Read The Complete Stories Page 14


  Now, no more of this. Never again. Oh, it had just been a bout of weakness; genius was the worst temptation. But afterward she’d returned so completely that she’d even had to start being careful again not to wear people down with her old penchant for detail. She clearly remembered her classmates at Sacré Coeur saying to her: “You’ve told it a thousand times!” she recalled with an embarrassed smile. She’d returned so completely: now she got tired every day, every day her face would sag at dusk, and then night would take on its former purpose, it wasn’t just the perfect starlit night. And everything lined up harmoniously. And, as with everyone else, each day wore her out; like everyone else, human and perishable. No longer that perfection, no longer that youth. No longer that thing that one day had spread brightly, like a cancer, to her soul.

  She opened her sleep-laden eyes, feeling the nice solid glass in her hands, but closed them again with a comfortable smile of fatigue, bathing like some nouveau riche in all her particles, in that familiar and slightly nauseating water. Yes, slightly nauseating; what did it matter, since she too was a bit nauseating, she was well aware. But her husband didn’t think so, and so what did it matter, since thank God she didn’t live in an environment that required her to be more clever and interesting, and she’d even freed herself from high school, which had so awkwardly demanded that she stay alert. What did it matter. In fatigue—she’d ironed Armando’s shirts, not to mention she’d gone to the farmers’ market that morning and lingered there so long, with that pleasure she took in making the most of things—in fatigue there was a nice place for her, the discreet and dulled place from which, so embarrassingly for herself and everyone else, she had once emerged. But, as she kept saying, thank God, she’d returned.

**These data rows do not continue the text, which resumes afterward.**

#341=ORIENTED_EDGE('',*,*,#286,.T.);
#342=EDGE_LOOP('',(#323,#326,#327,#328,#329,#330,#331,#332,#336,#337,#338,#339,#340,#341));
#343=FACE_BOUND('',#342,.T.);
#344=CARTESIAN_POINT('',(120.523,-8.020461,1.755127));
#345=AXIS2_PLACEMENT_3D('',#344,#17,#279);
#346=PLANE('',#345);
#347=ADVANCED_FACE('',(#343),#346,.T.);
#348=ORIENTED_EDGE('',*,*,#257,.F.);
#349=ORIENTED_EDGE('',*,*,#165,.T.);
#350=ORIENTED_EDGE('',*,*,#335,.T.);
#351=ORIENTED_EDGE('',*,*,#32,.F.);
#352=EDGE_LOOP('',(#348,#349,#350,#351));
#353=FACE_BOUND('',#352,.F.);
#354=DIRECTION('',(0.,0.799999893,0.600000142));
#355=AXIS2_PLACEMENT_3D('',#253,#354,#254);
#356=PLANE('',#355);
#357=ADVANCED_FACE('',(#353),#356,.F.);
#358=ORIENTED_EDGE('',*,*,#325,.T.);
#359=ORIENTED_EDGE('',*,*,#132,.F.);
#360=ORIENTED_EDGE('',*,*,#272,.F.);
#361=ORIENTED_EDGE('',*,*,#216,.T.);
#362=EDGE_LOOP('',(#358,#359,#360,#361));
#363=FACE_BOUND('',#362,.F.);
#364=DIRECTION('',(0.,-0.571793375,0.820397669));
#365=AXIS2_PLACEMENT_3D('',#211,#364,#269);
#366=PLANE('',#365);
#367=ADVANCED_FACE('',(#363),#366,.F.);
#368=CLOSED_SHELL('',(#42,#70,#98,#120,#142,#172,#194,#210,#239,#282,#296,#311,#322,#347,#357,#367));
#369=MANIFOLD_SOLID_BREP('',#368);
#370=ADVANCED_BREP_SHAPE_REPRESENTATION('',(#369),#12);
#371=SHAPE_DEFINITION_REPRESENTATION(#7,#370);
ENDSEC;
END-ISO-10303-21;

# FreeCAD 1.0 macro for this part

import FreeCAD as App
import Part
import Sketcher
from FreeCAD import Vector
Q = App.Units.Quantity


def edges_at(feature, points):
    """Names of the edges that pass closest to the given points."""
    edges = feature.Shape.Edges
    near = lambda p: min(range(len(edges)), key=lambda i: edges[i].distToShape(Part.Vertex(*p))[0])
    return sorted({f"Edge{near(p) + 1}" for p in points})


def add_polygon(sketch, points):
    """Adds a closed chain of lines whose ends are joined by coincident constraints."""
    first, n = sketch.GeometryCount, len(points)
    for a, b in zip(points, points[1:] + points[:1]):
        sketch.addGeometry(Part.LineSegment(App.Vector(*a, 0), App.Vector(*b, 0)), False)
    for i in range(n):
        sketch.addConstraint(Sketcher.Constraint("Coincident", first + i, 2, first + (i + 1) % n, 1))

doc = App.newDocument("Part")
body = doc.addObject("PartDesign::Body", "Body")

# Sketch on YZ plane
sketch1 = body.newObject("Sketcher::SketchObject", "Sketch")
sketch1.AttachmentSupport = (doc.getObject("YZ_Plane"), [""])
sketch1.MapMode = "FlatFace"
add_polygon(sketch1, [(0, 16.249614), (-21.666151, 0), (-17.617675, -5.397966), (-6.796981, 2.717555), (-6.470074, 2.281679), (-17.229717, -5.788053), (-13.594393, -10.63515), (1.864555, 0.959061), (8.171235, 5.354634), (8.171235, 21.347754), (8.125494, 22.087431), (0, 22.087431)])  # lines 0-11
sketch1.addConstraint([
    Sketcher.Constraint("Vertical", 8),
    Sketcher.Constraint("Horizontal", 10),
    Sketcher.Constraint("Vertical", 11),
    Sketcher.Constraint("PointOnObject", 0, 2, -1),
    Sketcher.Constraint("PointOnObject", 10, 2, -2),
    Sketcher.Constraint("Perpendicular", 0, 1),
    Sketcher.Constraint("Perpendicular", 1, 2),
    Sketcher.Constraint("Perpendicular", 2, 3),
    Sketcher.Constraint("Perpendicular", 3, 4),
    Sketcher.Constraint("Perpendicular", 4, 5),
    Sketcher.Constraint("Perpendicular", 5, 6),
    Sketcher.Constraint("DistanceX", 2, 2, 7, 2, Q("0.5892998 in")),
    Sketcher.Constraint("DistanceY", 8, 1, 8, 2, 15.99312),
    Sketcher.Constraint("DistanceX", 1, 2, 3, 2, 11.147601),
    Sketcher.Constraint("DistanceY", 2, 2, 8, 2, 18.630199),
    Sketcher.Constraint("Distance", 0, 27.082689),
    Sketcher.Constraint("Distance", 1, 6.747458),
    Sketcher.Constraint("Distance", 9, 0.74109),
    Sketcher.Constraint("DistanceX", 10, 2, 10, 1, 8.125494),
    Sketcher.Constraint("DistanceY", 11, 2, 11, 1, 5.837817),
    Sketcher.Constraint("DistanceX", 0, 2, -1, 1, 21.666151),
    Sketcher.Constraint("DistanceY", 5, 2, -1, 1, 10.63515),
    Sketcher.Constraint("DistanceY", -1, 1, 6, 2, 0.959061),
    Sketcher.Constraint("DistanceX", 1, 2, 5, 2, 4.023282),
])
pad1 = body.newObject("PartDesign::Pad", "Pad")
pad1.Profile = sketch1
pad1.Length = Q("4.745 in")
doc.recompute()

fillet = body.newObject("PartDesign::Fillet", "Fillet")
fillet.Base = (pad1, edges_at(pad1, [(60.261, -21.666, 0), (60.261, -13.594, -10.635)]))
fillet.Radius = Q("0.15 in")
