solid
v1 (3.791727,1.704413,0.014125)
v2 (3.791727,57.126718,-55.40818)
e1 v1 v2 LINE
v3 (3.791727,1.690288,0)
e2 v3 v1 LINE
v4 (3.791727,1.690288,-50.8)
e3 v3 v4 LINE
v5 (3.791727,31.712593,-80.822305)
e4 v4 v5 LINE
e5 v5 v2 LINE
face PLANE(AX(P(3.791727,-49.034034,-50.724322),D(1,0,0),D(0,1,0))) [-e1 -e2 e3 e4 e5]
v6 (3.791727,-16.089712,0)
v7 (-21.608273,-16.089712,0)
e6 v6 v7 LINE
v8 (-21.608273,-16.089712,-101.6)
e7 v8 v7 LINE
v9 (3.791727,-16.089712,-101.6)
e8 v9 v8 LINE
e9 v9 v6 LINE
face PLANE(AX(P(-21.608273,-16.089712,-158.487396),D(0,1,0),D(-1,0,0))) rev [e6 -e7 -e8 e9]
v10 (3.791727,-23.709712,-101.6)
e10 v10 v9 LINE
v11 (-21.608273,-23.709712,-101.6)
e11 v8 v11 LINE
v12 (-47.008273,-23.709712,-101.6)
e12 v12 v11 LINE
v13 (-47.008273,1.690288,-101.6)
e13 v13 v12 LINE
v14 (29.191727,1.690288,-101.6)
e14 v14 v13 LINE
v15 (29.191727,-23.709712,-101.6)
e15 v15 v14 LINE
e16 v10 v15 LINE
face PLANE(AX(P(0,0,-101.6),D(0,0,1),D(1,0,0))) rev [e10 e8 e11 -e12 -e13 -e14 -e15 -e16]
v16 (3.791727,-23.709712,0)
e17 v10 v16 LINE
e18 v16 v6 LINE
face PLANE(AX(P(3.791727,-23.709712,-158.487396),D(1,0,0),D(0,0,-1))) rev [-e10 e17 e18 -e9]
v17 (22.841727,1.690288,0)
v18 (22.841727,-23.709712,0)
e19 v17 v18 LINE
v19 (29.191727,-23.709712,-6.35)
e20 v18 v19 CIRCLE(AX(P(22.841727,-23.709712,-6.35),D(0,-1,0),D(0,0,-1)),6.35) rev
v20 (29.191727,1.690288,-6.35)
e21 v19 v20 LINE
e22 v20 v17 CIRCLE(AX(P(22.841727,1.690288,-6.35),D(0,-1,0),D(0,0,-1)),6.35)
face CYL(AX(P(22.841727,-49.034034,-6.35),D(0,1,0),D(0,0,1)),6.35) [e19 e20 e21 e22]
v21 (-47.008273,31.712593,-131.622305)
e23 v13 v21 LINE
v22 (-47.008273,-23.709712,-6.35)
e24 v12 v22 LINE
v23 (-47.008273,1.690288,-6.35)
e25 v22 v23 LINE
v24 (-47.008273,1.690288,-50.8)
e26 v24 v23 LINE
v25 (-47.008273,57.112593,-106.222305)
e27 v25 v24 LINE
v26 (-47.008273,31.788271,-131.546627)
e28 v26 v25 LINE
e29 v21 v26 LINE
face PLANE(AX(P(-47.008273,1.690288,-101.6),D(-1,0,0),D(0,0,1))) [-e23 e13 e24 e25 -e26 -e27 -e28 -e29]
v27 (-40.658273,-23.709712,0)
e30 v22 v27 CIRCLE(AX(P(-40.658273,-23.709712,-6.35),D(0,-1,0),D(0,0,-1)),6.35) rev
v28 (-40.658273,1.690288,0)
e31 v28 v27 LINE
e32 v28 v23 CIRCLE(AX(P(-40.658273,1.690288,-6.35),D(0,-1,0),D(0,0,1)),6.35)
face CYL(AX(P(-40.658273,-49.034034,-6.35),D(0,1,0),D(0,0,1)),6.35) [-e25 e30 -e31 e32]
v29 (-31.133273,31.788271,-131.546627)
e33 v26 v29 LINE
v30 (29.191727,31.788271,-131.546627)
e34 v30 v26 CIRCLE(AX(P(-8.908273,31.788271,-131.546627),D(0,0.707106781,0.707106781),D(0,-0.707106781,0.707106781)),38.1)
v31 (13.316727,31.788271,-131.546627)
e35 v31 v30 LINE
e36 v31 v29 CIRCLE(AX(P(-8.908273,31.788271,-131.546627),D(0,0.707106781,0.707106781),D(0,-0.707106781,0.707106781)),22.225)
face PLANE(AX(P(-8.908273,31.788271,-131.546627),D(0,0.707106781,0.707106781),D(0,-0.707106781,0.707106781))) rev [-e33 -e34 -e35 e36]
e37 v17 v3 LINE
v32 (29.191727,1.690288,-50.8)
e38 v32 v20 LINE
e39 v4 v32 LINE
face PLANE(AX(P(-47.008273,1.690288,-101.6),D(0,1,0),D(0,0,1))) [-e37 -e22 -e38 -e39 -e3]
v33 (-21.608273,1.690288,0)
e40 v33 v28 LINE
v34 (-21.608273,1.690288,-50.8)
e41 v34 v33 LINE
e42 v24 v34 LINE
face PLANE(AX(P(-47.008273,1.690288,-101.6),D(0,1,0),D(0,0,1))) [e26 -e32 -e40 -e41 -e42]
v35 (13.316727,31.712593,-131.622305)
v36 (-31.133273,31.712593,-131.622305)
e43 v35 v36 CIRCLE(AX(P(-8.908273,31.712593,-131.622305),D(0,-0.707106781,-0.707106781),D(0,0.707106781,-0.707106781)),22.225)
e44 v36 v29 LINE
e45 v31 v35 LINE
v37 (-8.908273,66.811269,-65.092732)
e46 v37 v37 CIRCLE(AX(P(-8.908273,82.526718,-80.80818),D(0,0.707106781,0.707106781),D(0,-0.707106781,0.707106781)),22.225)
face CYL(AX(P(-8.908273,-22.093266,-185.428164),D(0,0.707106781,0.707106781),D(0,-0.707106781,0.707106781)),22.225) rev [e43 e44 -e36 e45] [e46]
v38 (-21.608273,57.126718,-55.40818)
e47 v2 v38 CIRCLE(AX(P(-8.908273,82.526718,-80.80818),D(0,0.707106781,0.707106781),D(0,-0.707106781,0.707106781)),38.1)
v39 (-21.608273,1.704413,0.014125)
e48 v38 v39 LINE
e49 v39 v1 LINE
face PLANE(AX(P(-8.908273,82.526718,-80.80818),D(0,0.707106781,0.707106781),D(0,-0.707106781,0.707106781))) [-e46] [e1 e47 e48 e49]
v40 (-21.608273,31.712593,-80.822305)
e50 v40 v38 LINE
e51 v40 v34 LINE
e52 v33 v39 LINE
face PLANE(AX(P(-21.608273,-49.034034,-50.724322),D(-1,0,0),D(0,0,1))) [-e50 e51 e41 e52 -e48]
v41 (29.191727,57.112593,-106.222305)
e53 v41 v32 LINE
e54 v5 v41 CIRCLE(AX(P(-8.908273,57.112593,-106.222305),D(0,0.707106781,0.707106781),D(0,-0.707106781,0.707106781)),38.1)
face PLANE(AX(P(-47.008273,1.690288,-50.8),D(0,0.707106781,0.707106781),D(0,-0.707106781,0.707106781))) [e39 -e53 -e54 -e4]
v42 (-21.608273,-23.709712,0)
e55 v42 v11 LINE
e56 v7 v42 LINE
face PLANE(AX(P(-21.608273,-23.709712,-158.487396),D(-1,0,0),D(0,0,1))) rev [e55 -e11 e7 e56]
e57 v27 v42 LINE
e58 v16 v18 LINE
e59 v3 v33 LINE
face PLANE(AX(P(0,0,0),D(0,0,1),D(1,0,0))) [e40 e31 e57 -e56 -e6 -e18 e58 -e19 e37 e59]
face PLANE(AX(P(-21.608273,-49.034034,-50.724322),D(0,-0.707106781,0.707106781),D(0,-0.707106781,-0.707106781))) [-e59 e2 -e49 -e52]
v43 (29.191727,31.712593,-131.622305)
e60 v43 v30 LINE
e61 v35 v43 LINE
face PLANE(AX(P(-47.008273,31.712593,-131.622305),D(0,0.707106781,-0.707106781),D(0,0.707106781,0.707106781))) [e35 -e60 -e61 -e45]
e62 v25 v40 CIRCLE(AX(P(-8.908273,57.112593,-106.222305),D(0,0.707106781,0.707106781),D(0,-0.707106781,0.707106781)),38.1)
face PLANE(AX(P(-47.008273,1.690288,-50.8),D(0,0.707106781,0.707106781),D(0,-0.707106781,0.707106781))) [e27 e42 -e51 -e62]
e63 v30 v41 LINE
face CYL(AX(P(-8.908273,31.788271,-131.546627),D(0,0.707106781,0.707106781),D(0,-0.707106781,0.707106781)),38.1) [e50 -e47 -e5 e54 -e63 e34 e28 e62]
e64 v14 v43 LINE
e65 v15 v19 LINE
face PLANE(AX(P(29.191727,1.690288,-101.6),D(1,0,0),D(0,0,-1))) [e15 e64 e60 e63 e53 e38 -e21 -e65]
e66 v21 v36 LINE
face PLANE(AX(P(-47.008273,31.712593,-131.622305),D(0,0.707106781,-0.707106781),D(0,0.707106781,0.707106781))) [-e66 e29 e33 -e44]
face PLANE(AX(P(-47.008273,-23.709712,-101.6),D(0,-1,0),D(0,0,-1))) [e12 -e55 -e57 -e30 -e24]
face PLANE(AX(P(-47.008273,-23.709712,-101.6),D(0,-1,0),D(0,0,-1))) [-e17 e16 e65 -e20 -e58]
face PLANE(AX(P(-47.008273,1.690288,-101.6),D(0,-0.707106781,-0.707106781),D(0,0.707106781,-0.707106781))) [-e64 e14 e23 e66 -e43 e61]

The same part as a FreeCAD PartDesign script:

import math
import FreeCAD as App
import Part
import Sketcher

V = App.Vector
Q = App.Units.Quantity


def add_polygon(sketch, points):
    """Adds a closed chain of lines whose ends are joined by coincident constraints."""
    first, n = sketch.GeometryCount, len(points)
    for a, b in zip(points, points[1:] + points[:1]):
        sketch.addGeometry(Part.LineSegment(App.Vector(*a, 0), App.Vector(*b, 0)), False)
    for i in range(n):
        sketch.addConstraint(Sketcher.Constraint("Coincident", first + i, 2, first + (i + 1) % n, 1))

doc = App.newDocument("Part")
body = doc.addObject("PartDesign::Body", "Body")

sketch1 = doc.addObject("Sketcher::SketchObject", "Sketch")
body.addObject(sketch1)
sketch1.AttachmentSupport = (doc.XY_Plane, [""])
sketch1.MapMode = "FlatFace"
add_polygon(sketch1, [(-47, 2), (-47, -24), (29, -24), (29, 2)])
sketch1.addConstraint(Sketcher.Constraint("Vertical", 0))
sketch1.addConstraint(Sketcher.Constraint("Horizontal", 1))
sketch1.addConstraint(Sketcher.Constraint("Vertical", 2))
sketch1.addConstraint(Sketcher.Constraint("Horizontal", 3))
sketch1.addConstraint(Sketcher.Constraint("DistanceX", 1, 1, 1, 2, Q("3 in")))
sketch1.addConstraint(Sketcher.Constraint("DistanceY", 0, 2, 0, 1, Q("1 in")))
sketch1.addConstraint(Sketcher.Constraint("DistanceX", 0, 2, -1, 1, Q("47.008273 mm")))
sketch1.addConstraint(Sketcher.Constraint("DistanceY", 0, 2, -1, 1, Q("23.709712 mm")))
pad1 = doc.addObject("PartDesign::Pad", "Pad")
body.addObject(pad1)
pad1.Profile = sketch1
pad1.Length = Q("4 in")
pad1.Reversed = True

sketch2 = doc.addObject("Sketcher::SketchObject", "Sketch001")
body.addObject(sketch2)
sketch2.AttachmentSupport = (doc.YZ_Plane, [""])
sketch2.MapMode = "FlatFace"
sketch2.AttachmentOffset = App.Placement(V(0, 0, 29.191727), App.Rotation())
add_polygon(sketch2, [(57, -106), (2, -51), (2, -102), (32, -132)])
sketch2.addConstraint(Sketcher.Constraint("Vertical", 1))
sketch2.addConstraint(Sketcher.Constraint("Parallel", 0, 2))
sketch2.addConstraint(Sketcher.Constraint("Perpendicular", 2, 3))
sketch2.addConstraint(Sketcher.Constraint("DistanceY", 1, 2, 1, 1, Q("2 in")))
sketch2.addConstraint(Sketcher.Constraint("DistanceY", 0, 2, -1, 1, Q("2 in")))
sketch2.addConstraint(Sketcher.Constraint("Angle", 0, Q("135 deg")))
sketch2.addConstraint(Sketcher.Constraint("Distance", 2, Q("42.457951 mm")))
sketch2.addConstraint(Sketcher.Constraint("DistanceX", -1, 1, 0, 2, Q("1.690288 mm")))
pad2 = doc.addObject("PartDesign::Pad", "Pad001")
body.addObject(pad2)
pad2.Profile = sketch2
pad2.Length = Q("3 in")
pad2.Reversed = True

  And if she sought with greater faith and love, she would find within her fatigue that even better place called sleep. She sighed with pleasure, in a moment of spiteful mischief tempted to go along with that warm exhalation that was her already somnolent breathing, tempted to doze off for a second. “Just a second, just one little second!” she begged herself, flattered to be so drowsy, begging pleadingly, as if begging a man, which Armando had always liked.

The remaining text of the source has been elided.